Stored items:
######
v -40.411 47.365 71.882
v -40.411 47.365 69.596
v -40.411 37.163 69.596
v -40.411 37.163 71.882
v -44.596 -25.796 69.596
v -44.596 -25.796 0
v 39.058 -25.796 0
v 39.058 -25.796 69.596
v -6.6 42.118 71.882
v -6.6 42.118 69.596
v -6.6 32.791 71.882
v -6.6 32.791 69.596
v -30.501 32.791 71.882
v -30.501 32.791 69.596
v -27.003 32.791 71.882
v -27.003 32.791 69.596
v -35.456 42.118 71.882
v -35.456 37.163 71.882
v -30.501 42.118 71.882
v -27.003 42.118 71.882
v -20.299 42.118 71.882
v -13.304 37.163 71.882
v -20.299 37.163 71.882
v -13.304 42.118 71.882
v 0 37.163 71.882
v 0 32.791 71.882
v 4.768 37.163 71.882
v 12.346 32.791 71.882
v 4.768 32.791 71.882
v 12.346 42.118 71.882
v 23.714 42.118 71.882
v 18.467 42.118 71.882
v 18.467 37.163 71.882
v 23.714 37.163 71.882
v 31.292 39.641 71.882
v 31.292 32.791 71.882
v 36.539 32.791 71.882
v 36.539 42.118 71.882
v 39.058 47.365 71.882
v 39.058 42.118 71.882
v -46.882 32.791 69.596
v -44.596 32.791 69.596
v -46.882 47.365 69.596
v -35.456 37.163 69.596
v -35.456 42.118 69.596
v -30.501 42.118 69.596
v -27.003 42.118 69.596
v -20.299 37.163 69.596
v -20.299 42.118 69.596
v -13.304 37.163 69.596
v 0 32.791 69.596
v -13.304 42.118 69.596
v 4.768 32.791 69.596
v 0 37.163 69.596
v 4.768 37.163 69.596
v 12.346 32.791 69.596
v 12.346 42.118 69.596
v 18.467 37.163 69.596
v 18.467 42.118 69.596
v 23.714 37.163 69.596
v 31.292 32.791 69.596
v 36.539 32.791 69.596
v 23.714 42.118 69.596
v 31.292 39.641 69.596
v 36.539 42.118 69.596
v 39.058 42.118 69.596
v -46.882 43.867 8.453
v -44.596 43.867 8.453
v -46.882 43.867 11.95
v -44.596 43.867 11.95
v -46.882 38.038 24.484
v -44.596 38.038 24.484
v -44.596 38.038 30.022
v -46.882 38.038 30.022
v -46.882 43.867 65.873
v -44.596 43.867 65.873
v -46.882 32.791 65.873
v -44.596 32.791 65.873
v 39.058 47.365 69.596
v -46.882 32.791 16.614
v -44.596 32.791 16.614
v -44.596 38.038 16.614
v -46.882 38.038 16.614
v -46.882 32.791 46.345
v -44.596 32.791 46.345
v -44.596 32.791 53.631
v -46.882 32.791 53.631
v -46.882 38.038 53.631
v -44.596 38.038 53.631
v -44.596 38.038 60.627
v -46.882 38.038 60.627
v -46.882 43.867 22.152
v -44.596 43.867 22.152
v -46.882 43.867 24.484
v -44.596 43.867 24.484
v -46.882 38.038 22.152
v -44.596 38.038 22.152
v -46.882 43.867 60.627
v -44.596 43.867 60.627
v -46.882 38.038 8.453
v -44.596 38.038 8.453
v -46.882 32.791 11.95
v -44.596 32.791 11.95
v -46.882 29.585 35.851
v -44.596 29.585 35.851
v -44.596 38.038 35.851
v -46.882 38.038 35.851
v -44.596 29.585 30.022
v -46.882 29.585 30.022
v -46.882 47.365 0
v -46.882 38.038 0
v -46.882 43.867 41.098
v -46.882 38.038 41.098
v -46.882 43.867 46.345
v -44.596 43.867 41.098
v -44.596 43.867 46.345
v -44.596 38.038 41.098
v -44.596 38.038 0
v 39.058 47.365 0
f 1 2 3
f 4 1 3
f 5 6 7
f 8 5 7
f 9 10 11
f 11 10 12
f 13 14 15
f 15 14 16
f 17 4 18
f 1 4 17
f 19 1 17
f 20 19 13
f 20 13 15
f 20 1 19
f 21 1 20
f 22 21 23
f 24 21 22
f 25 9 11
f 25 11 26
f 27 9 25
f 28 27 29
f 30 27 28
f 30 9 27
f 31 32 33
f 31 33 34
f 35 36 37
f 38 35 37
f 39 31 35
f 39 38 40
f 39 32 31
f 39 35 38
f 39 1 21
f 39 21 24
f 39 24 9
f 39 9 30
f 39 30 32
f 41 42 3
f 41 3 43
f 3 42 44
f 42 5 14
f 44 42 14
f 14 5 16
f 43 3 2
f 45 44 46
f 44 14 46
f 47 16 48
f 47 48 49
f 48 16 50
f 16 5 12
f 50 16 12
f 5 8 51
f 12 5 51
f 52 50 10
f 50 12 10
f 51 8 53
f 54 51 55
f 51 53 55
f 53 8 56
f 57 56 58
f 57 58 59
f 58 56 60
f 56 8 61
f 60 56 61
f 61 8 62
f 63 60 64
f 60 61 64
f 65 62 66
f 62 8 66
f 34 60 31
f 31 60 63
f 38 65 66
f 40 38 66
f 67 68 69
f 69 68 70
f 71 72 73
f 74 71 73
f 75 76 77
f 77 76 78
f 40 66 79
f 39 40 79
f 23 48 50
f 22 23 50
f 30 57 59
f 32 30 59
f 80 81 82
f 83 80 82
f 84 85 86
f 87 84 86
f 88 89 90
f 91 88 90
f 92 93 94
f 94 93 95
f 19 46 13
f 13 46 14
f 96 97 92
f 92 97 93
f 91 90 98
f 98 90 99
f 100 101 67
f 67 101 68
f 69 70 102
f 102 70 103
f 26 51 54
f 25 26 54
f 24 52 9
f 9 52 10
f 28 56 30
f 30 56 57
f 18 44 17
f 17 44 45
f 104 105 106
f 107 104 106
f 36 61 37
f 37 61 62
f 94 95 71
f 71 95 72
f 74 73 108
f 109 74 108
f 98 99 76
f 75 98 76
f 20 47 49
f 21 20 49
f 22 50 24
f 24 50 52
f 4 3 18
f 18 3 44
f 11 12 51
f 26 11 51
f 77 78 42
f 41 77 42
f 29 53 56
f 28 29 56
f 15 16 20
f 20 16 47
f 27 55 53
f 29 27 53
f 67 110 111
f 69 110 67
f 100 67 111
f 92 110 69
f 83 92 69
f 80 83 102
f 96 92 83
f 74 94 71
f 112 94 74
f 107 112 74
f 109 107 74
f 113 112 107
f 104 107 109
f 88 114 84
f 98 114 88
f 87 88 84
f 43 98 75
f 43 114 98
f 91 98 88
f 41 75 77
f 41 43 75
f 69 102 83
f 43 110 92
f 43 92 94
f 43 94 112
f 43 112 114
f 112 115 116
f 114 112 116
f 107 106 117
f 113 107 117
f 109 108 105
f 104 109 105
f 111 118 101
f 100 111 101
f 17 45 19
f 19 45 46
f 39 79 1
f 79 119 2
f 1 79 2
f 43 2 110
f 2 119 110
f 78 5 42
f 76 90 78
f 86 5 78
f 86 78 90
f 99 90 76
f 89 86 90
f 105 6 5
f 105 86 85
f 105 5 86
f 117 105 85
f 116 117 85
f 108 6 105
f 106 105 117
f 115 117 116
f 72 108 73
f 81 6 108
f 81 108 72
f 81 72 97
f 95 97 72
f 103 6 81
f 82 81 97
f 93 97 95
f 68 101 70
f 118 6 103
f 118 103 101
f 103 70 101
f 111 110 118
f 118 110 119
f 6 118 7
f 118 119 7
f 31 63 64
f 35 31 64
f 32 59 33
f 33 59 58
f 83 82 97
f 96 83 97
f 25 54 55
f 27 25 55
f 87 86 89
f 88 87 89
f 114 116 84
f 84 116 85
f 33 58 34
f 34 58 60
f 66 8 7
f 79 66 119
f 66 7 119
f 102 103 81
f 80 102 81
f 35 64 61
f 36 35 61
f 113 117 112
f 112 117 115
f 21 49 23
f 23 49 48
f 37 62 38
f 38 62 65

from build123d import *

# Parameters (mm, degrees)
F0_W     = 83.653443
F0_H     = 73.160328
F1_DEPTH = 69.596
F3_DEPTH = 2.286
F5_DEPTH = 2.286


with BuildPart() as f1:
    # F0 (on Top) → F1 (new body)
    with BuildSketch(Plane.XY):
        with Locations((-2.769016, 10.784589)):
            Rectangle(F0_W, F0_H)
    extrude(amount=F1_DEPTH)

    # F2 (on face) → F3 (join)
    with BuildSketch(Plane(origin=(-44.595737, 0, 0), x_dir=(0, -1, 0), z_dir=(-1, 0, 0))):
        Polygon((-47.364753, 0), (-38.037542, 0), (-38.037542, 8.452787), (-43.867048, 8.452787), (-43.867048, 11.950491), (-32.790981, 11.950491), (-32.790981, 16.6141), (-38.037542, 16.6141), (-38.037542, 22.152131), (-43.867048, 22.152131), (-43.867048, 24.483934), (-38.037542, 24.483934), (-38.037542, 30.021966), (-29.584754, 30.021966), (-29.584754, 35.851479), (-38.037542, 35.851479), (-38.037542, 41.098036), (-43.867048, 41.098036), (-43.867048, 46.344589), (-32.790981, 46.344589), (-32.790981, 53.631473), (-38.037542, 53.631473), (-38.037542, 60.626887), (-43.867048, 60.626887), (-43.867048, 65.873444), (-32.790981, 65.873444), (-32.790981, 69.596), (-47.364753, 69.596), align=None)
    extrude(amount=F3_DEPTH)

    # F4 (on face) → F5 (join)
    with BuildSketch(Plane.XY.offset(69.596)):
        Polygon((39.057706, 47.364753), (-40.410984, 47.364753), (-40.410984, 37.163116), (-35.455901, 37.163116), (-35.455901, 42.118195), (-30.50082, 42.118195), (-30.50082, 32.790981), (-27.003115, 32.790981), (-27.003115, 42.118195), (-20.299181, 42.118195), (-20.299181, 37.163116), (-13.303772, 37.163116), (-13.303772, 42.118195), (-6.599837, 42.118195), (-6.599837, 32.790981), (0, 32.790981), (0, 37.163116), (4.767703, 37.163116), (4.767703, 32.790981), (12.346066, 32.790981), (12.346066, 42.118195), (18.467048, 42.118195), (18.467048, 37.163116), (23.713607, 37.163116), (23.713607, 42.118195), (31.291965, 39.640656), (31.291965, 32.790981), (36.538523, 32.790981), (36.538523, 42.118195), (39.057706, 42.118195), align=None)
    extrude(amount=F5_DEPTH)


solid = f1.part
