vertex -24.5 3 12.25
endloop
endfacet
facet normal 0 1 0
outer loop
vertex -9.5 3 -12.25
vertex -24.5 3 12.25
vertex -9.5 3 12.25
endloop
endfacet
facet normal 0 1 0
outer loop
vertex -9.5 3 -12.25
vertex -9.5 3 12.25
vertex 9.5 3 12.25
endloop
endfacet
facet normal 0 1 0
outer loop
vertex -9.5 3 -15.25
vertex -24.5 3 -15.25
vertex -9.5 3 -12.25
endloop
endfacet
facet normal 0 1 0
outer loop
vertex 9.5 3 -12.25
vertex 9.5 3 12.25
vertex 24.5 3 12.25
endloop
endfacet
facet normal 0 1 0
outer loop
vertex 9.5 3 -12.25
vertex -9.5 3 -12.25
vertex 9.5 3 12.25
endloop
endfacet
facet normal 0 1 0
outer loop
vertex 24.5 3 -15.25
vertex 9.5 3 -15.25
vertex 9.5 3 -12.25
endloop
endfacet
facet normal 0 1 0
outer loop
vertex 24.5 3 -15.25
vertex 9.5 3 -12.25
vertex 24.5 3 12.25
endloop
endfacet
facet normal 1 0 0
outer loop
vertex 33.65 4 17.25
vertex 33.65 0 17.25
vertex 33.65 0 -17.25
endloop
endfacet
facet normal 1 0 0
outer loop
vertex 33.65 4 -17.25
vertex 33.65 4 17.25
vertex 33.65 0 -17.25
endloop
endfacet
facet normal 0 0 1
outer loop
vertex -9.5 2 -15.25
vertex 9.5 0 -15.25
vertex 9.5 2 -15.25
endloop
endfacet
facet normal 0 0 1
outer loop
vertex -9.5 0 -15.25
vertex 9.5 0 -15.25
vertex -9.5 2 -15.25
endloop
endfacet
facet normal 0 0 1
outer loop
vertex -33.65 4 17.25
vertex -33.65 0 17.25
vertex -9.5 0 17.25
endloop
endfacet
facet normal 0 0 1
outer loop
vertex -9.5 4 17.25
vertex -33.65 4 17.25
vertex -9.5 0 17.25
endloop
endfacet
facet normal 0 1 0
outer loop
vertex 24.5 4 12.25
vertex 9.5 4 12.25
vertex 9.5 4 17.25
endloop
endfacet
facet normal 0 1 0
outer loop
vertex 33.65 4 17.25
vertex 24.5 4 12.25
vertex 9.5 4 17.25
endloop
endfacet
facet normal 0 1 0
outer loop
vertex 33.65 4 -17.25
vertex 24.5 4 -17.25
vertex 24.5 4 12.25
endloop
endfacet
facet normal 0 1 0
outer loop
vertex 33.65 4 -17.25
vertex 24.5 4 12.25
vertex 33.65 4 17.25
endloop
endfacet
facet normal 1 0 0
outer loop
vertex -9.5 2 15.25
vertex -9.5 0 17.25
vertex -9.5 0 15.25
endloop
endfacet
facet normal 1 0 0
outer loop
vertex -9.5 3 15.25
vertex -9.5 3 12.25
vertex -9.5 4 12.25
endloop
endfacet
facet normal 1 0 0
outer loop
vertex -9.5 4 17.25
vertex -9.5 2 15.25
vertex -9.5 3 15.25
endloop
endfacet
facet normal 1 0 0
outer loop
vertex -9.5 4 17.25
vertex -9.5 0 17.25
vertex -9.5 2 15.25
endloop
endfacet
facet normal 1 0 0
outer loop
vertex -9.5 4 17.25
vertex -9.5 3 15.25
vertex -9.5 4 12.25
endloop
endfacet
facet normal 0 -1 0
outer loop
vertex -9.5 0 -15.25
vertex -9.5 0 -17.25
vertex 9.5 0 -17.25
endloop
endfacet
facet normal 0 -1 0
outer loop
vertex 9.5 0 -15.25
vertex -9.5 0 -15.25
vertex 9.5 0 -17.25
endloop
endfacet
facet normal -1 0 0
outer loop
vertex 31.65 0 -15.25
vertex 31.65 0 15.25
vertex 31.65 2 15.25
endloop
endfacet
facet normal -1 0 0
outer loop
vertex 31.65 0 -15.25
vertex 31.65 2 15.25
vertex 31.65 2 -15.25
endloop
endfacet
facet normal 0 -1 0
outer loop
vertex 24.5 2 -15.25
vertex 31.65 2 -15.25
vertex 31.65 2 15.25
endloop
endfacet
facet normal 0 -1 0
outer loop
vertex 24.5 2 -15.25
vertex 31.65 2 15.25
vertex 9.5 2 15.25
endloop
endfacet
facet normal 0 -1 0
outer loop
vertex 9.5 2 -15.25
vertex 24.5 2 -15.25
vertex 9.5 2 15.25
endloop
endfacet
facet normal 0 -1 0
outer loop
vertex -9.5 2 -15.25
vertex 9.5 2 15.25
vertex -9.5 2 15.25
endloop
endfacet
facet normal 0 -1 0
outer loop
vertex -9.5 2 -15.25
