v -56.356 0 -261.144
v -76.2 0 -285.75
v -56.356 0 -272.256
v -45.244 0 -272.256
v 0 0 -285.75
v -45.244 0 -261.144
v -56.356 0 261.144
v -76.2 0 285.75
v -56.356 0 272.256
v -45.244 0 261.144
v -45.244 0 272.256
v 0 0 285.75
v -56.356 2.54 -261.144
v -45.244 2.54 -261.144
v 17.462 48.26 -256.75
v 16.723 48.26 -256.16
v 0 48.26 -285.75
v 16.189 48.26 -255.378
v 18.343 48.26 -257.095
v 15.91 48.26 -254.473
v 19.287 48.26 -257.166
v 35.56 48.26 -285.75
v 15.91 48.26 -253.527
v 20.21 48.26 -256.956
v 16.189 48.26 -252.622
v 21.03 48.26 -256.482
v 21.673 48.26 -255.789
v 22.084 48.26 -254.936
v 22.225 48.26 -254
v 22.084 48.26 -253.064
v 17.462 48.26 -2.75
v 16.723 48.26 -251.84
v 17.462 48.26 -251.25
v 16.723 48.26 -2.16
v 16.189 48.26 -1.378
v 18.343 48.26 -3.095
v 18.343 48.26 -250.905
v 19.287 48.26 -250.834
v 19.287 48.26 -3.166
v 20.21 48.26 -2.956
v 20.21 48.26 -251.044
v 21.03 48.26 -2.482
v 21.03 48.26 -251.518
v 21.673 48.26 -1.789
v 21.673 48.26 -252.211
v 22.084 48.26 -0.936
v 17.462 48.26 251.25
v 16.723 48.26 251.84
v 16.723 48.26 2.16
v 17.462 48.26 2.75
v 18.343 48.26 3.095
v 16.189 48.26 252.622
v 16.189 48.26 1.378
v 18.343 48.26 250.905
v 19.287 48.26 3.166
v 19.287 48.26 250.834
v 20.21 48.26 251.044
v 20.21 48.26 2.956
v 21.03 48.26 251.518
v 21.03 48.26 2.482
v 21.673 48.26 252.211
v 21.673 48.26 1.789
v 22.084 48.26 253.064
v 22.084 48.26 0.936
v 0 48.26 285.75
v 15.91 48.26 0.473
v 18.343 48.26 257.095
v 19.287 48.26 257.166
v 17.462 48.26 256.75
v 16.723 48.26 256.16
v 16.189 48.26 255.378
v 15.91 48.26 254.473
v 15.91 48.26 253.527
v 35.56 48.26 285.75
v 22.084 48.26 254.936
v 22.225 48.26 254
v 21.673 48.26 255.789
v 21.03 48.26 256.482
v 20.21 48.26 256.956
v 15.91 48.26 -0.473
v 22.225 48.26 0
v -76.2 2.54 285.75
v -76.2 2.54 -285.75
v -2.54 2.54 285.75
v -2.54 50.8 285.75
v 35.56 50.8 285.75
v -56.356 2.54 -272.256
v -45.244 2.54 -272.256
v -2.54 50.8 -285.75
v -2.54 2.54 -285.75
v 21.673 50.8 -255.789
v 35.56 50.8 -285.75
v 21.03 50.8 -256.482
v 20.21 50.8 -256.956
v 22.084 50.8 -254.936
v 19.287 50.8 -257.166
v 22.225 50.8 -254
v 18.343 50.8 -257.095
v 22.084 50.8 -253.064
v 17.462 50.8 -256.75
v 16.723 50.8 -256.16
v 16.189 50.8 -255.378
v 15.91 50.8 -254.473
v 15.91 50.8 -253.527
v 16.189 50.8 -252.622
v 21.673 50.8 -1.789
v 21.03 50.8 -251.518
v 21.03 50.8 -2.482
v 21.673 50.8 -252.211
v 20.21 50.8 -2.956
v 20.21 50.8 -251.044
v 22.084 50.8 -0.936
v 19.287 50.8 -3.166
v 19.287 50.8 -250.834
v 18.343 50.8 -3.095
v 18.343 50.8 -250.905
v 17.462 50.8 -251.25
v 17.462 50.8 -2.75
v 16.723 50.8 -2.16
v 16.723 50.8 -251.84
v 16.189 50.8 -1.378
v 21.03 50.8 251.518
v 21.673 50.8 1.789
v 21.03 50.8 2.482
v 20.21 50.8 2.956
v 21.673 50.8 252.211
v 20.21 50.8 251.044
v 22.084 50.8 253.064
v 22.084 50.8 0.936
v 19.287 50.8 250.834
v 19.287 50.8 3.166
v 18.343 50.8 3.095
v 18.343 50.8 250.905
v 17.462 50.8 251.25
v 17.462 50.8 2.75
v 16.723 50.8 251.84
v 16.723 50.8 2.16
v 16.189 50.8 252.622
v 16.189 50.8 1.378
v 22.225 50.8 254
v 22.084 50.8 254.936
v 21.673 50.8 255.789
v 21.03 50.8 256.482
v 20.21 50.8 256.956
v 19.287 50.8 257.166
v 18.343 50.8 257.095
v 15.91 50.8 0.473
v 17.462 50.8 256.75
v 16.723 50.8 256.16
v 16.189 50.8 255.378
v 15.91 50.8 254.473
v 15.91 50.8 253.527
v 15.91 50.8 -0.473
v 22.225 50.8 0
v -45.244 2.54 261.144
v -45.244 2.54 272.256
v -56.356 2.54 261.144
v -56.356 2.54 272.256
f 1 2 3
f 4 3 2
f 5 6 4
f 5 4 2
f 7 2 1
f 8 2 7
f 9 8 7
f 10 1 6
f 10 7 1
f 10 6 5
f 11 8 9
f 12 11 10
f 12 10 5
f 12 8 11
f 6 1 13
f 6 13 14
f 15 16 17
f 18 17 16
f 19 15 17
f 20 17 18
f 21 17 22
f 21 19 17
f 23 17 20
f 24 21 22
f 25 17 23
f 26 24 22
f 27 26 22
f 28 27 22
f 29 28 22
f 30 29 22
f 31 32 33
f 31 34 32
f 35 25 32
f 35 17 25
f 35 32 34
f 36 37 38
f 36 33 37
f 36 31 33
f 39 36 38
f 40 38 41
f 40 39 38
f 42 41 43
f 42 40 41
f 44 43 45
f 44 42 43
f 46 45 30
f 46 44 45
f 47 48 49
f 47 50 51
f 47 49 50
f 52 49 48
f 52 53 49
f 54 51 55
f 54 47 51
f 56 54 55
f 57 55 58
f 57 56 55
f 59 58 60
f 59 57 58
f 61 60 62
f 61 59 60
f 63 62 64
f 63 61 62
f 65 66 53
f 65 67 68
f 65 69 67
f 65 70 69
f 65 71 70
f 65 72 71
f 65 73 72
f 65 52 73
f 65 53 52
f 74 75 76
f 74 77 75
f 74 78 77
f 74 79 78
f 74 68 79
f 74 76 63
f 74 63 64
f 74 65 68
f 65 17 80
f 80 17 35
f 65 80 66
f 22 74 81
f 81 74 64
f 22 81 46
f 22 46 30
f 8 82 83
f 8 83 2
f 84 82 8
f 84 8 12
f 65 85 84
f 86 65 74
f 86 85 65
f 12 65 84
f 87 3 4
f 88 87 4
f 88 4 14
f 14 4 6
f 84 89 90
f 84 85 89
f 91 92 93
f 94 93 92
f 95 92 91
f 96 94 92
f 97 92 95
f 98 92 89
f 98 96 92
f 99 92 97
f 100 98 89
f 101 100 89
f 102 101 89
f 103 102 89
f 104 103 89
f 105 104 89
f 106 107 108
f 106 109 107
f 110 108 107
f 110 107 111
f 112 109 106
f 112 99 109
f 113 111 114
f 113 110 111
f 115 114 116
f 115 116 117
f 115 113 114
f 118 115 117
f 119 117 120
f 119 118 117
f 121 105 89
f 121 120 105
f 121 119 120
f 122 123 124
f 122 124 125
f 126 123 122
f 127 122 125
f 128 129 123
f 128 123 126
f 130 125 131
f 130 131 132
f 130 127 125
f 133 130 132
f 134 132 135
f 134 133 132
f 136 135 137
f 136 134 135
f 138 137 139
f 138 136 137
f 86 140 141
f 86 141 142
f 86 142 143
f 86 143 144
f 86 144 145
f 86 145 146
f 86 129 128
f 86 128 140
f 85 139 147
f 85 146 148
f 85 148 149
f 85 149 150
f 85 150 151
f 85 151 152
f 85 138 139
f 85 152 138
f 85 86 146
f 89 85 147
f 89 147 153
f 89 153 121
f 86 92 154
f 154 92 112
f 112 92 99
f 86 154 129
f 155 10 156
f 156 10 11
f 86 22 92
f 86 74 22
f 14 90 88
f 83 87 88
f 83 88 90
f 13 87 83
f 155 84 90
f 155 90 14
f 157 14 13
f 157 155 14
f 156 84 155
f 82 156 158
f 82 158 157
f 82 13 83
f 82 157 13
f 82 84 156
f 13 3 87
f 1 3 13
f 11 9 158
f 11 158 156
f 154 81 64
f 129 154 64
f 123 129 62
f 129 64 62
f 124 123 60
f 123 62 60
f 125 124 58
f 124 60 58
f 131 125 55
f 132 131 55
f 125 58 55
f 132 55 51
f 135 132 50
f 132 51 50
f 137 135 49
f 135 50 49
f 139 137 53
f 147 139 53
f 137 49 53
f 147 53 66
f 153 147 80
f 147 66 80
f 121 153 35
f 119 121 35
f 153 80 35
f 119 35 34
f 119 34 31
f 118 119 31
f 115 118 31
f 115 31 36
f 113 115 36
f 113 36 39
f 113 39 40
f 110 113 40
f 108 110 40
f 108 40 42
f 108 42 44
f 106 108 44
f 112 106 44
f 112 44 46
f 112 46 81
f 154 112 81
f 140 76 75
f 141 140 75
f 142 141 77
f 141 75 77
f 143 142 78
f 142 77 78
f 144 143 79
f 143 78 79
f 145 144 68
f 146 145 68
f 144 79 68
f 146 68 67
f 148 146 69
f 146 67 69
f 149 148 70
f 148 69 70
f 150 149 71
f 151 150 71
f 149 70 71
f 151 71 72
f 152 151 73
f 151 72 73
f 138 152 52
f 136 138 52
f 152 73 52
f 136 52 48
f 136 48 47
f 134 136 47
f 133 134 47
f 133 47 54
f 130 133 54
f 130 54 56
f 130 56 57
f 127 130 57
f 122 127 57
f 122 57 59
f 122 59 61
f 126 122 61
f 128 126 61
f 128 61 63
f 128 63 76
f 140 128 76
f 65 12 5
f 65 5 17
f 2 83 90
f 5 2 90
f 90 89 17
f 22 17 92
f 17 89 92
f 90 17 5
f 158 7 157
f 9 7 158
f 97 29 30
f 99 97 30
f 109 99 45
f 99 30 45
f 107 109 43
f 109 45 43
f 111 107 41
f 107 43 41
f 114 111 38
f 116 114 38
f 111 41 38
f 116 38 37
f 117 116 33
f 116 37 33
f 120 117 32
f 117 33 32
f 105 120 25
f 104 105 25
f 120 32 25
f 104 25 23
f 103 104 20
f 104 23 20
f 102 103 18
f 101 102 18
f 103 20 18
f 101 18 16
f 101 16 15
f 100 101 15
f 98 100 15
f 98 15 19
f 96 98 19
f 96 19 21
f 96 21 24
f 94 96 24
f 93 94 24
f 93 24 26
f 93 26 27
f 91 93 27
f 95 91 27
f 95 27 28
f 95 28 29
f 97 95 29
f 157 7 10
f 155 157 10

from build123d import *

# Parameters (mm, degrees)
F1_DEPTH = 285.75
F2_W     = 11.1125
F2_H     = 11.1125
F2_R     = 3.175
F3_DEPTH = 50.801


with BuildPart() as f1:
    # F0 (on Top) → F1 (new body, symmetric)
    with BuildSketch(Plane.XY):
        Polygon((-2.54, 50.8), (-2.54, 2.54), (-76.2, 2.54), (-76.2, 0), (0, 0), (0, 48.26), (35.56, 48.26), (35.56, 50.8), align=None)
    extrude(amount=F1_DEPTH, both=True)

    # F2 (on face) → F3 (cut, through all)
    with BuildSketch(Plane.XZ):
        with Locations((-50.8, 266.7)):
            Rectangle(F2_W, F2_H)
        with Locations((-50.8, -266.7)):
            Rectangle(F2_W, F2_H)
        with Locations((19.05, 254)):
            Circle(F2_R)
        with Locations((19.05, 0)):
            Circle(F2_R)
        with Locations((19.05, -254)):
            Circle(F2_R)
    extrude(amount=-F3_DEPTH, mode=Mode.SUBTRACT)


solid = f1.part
######
If a line falls between the first line of the entries and the line containing "v -46.882 43.867 60.627", or is one of those two, restate it word for word; leave all other lines out.

v -40.411 47.365 71.882
v -40.411 47.365 69.596
v -40.411 37.163 69.596
v -40.411 37.163 71.882
v -44.596 -25.796 69.596
v -44.596 -25.796 0
v 39.058 -25.796 0
v 39.058 -25.796 69.596
v -6.6 42.118 71.882
v -6.6 42.118 69.596
v -6.6 32.791 71.882
v -6.6 32.791 69.596
v -30.501 32.791 71.882
v -30.501 32.791 69.596
v -27.003 32.791 71.882
v -27.003 32.791 69.596
v -35.456 42.118 71.882
v -35.456 37.163 71.882
v -30.501 42.118 71.882
v -27.003 42.118 71.882
v -20.299 42.118 71.882
v -13.304 37.163 71.882
v -20.299 37.163 71.882
v -13.304 42.118 71.882
v 0 37.163 71.882
v 0 32.791 71.882
v 4.768 37.163 71.882
v 12.346 32.791 71.882
v 4.768 32.791 71.882
v 12.346 42.118 71.882
v 23.714 42.118 71.882
v 18.467 42.118 71.882
v 18.467 37.163 71.882
v 23.714 37.163 71.882
v 31.292 39.641 71.882
v 31.292 32.791 71.882
v 36.539 32.791 71.882
v 36.539 42.118 71.882
v 39.058 47.365 71.882
v 39.058 42.118 71.882
v -46.882 32.791 69.596
v -44.596 32.791 69.596
v -46.882 47.365 69.596
v -35.456 37.163 69.596
v -35.456 42.118 69.596
v -30.501 42.118 69.596
v -27.003 42.118 69.596
v -20.299 37.163 69.596
v -20.299 42.118 69.596
v -13.304 37.163 69.596
v 0 32.791 69.596
v -13.304 42.118 69.596
v 4.768 32.791 69.596
v 0 37.163 69.596
v 4.768 37.163 69.596
v 12.346 32.791 69.596
v 12.346 42.118 69.596
v 18.467 37.163 69.596
v 18.467 42.118 69.596
v 23.714 37.163 69.596
v 31.292 32.791 69.596
v 36.539 32.791 69.596
v 23.714 42.118 69.596
v 31.292 39.641 69.596
v 36.539 42.118 69.596
v 39.058 42.118 69.596
v -46.882 43.867 8.453
v -44.596 43.867 8.453
v -46.882 43.867 11.95
v -44.596 43.867 11.95
v -46.882 38.038 24.484
v -44.596 38.038 24.484
v -44.596 38.038 30.022
v -46.882 38.038 30.022
v -46.882 43.867 65.873
v -44.596 43.867 65.873
v -46.882 32.791 65.873
v -44.596 32.791 65.873
v 39.058 47.365 69.596
v -46.882 32.791 16.614
v -44.596 32.791 16.614
v -44.596 38.038 16.614
v -46.882 38.038 16.614
v -46.882 32.791 46.345
v -44.596 32.791 46.345
v -44.596 32.791 53.631
v -46.882 32.791 53.631
v -46.882 38.038 53.631
v -44.596 38.038 53.631
v -44.596 38.038 60.627
v -46.882 38.038 60.627
v -46.882 43.867 22.152
v -44.596 43.867 22.152
v -46.882 43.867 24.484
v -44.596 43.867 24.484
v -46.882 38.038 22.152
v -44.596 38.038 22.152
v -46.882 43.867 60.627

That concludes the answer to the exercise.